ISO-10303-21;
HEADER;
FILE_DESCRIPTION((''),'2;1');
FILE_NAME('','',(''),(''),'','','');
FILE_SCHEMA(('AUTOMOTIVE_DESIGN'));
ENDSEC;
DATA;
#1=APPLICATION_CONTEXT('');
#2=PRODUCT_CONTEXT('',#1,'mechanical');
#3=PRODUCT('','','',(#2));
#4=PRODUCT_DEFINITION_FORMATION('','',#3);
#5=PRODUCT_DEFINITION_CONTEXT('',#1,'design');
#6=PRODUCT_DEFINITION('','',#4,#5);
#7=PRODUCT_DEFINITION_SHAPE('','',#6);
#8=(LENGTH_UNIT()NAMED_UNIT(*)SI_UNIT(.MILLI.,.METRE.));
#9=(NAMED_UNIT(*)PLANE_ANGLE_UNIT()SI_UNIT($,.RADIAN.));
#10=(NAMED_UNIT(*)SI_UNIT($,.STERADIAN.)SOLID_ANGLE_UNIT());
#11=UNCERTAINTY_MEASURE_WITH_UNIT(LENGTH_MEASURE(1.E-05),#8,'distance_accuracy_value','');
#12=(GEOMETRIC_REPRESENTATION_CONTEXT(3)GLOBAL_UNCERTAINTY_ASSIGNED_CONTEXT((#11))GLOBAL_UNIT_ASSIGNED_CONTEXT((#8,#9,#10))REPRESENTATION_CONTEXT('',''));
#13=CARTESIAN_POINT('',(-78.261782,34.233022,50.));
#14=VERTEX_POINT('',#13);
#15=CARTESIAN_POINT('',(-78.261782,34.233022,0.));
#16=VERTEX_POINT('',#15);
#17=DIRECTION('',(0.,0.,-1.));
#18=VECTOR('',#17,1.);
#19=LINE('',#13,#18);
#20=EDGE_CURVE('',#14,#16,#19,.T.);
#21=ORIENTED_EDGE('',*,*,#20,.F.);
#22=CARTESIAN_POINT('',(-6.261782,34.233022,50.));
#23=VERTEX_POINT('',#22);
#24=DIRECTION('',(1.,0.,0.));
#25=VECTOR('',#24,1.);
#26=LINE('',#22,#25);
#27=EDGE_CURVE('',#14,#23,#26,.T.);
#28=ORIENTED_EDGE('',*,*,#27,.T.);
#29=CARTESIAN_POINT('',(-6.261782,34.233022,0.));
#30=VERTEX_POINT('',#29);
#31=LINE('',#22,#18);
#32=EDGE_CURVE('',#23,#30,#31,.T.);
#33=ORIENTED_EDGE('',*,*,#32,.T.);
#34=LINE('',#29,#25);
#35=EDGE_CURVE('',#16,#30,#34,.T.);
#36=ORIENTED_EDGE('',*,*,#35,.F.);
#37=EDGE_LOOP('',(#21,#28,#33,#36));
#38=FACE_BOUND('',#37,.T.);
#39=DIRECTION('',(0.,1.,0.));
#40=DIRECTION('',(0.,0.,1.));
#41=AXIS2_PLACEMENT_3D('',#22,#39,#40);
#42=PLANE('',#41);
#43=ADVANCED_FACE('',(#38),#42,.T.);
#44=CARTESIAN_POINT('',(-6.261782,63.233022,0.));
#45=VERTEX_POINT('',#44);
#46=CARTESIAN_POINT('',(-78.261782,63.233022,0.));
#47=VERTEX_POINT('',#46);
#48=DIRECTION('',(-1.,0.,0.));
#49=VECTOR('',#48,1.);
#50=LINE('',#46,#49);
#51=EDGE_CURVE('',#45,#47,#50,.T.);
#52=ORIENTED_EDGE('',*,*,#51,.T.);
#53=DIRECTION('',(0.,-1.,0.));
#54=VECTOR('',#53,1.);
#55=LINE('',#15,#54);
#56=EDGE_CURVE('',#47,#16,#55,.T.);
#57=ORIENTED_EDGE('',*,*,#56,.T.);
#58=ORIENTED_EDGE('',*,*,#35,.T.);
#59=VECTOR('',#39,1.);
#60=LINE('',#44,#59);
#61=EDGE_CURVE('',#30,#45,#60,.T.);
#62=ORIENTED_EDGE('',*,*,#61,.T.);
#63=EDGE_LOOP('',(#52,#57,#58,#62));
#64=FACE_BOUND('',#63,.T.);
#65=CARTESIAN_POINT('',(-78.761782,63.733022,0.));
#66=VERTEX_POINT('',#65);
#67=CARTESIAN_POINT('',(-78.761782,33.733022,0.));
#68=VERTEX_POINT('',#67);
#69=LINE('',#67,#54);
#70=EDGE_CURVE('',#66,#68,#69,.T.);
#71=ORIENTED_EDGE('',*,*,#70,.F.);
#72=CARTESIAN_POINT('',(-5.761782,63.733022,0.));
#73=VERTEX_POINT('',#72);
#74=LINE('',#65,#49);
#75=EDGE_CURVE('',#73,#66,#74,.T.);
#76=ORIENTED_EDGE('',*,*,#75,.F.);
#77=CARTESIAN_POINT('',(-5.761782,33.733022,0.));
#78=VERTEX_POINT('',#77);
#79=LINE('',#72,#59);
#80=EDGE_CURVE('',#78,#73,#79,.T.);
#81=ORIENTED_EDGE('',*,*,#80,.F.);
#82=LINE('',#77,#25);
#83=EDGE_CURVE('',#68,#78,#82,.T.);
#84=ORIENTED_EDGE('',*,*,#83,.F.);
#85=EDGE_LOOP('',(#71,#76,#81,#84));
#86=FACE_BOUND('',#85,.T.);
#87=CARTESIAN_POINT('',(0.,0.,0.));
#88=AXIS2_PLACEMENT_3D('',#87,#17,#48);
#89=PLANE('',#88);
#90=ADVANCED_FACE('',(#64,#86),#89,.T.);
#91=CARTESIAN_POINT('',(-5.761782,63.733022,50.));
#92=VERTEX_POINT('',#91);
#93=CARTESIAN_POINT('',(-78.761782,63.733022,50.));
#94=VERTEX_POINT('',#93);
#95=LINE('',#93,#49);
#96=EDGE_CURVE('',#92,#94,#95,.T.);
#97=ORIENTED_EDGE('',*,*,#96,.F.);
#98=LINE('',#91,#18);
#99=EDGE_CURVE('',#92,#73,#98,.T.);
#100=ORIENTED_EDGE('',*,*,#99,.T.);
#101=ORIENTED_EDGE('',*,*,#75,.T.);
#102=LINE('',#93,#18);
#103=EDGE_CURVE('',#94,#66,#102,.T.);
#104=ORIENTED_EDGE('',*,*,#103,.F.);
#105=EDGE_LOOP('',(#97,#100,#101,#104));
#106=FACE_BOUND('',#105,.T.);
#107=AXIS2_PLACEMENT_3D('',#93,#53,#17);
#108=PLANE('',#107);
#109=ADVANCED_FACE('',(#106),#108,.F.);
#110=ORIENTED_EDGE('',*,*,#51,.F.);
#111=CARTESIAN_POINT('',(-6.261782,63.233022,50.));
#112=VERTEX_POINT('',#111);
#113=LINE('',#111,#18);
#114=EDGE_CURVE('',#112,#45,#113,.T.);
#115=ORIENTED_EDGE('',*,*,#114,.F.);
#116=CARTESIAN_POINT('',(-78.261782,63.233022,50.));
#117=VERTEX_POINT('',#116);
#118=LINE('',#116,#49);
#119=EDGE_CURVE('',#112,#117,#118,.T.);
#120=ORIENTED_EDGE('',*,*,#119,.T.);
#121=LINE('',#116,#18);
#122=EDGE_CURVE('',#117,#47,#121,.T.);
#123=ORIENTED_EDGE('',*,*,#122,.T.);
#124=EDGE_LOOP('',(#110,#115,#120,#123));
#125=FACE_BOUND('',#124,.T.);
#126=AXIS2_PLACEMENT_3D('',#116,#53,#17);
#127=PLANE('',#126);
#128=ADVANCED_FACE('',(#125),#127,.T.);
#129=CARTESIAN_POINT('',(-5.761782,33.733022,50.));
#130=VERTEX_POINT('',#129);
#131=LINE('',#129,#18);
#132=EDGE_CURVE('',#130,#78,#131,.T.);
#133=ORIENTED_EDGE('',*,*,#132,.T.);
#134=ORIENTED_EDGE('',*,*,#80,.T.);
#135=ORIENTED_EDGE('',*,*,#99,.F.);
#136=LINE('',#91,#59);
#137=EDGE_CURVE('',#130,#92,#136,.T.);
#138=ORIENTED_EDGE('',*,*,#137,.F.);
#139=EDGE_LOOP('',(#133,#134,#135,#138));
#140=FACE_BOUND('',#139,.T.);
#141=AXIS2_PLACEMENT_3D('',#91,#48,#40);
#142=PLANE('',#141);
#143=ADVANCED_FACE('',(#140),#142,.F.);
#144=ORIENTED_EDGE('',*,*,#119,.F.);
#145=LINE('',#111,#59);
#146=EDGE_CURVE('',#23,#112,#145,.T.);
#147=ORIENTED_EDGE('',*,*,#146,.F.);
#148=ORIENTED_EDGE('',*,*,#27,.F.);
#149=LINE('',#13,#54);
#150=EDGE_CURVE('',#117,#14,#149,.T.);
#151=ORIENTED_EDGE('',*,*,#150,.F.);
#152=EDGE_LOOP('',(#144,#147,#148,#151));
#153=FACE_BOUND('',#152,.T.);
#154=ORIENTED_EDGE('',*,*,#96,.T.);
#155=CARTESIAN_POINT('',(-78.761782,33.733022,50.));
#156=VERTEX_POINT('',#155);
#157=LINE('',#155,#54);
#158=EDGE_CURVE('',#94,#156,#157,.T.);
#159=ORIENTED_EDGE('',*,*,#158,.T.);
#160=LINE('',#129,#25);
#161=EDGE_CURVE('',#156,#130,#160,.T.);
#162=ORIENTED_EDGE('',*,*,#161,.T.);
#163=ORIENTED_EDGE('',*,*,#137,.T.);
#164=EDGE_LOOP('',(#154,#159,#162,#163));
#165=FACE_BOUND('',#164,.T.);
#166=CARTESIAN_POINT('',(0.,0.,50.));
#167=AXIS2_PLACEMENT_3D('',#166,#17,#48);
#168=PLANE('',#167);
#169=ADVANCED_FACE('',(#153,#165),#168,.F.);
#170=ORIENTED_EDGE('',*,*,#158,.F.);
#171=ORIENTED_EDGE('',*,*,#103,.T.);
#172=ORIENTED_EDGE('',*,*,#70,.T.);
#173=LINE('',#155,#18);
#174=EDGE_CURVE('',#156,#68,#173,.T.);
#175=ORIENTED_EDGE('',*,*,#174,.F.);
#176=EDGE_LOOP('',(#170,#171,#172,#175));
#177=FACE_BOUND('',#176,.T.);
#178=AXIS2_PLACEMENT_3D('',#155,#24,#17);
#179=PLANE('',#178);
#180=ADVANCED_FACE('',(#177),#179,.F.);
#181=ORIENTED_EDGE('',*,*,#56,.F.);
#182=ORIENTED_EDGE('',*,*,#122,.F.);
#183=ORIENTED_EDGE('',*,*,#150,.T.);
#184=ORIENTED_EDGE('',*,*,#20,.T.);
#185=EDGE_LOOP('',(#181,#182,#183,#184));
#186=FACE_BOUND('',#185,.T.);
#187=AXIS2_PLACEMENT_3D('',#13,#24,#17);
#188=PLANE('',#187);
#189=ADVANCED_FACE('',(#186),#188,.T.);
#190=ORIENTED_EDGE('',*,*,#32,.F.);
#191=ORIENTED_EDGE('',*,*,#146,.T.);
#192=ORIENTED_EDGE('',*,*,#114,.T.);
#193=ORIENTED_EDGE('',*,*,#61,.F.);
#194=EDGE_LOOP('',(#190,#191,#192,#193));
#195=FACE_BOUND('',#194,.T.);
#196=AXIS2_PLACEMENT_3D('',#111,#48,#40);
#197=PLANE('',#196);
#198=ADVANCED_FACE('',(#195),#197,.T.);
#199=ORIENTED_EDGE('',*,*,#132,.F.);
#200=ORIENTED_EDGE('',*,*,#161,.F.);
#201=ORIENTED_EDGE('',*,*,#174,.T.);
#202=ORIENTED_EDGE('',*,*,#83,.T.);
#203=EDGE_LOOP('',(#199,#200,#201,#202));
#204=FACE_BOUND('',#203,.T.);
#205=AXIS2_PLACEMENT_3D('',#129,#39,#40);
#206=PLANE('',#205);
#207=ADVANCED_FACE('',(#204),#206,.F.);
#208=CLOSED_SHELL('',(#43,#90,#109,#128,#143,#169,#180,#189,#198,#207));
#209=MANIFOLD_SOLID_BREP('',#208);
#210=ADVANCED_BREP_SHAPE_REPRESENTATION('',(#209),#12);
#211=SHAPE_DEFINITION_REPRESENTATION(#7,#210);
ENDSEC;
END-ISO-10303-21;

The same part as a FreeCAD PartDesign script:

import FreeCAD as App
import Part
import Sketcher
from FreeCAD import Vector


def add_polygon(sketch, points):
    """Adds a closed chain of lines whose ends are joined by coincident constraints."""
    first, n = sketch.GeometryCount, len(points)
    for a, b in zip(points, points[1:] + points[:1]):
        sketch.addGeometry(Part.LineSegment(App.Vector(*a, 0), App.Vector(*b, 0)), False)
    for i in range(n):
        sketch.addConstraint(Sketcher.Constraint("Coincident", first + i, 2, first + (i + 1) % n, 1))

doc = App.newDocument("Part")
body = doc.addObject("PartDesign::Body", "Body")

# Sketch on XY plane
sketch1 = body.newObject("Sketcher::SketchObject", "Sketch")
sketch1.AttachmentSupport = (doc.getObject("XY_Plane"), [""])
sketch1.MapMode = "FlatFace"
add_polygon(sketch1, [(-79, 64), (-79, 34), (-6, 34), (-6, 64)])  # lines 0-3
add_polygon(sketch1, [(-6, 34), (-78, 34), (-78, 63), (-6, 63)])  # lines 4-7
sketch1.addConstraint(Sketcher.Constraint("Vertical", 0))
sketch1.addConstraint(Sketcher.Constraint("Horizontal", 1))
sketch1.addConstraint(Sketcher.Constraint("Vertical", 2))
sketch1.addConstraint(Sketcher.Constraint("Horizontal", 3))
sketch1.addConstraint(Sketcher.Constraint("Horizontal", 4))
sketch1.addConstraint(Sketcher.Constraint("Vertical", 5))
sketch1.addConstraint(Sketcher.Constraint("Horizontal", 6))
sketch1.addConstraint(Sketcher.Constraint("Vertical", 7))
sketch1.addConstraint(Sketcher.Constraint("DistanceX", 1, 1, 1, 2, 73.0))
sketch1.addConstraint(Sketcher.Constraint("DistanceX", 4, 2, 4, 1, 72.0))
sketch1.addConstraint(Sketcher.Constraint("DistanceY", 0, 2, 0, 1, 30.0))
sketch1.addConstraint(Sketcher.Constraint("DistanceY", 5, 1, 5, 2, 29.0))
sketch1.addConstraint(Sketcher.Constraint("DistanceX", 0, 2, 4, 2, 0.5))
sketch1.addConstraint(Sketcher.Constraint("DistanceY", 0, 2, 4, 2, 0.5))
sketch1.addConstraint(Sketcher.Constraint("DistanceX", 0, 2, -1, 1, 78.761782))
sketch1.addConstraint(Sketcher.Constraint("DistanceY", -1, 1, 0, 2, 33.733022))
pad1 = body.newObject("PartDesign::Pad", "Pad")
pad1.Profile = sketch1
pad1.Length = 50

doc.recompute()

> Your task: Would you please return all lines from the listing above that contain "DIRECTION"?

> Reply to the exercise:
#17=DIRECTION('',(0.,0.,-1.));
#24=DIRECTION('',(1.,0.,0.));
#39=DIRECTION('',(0.,1.,0.));
#40=DIRECTION('',(0.,0.,1.));
#48=DIRECTION('',(-1.,0.,0.));
#53=DIRECTION('',(0.,-1.,0.));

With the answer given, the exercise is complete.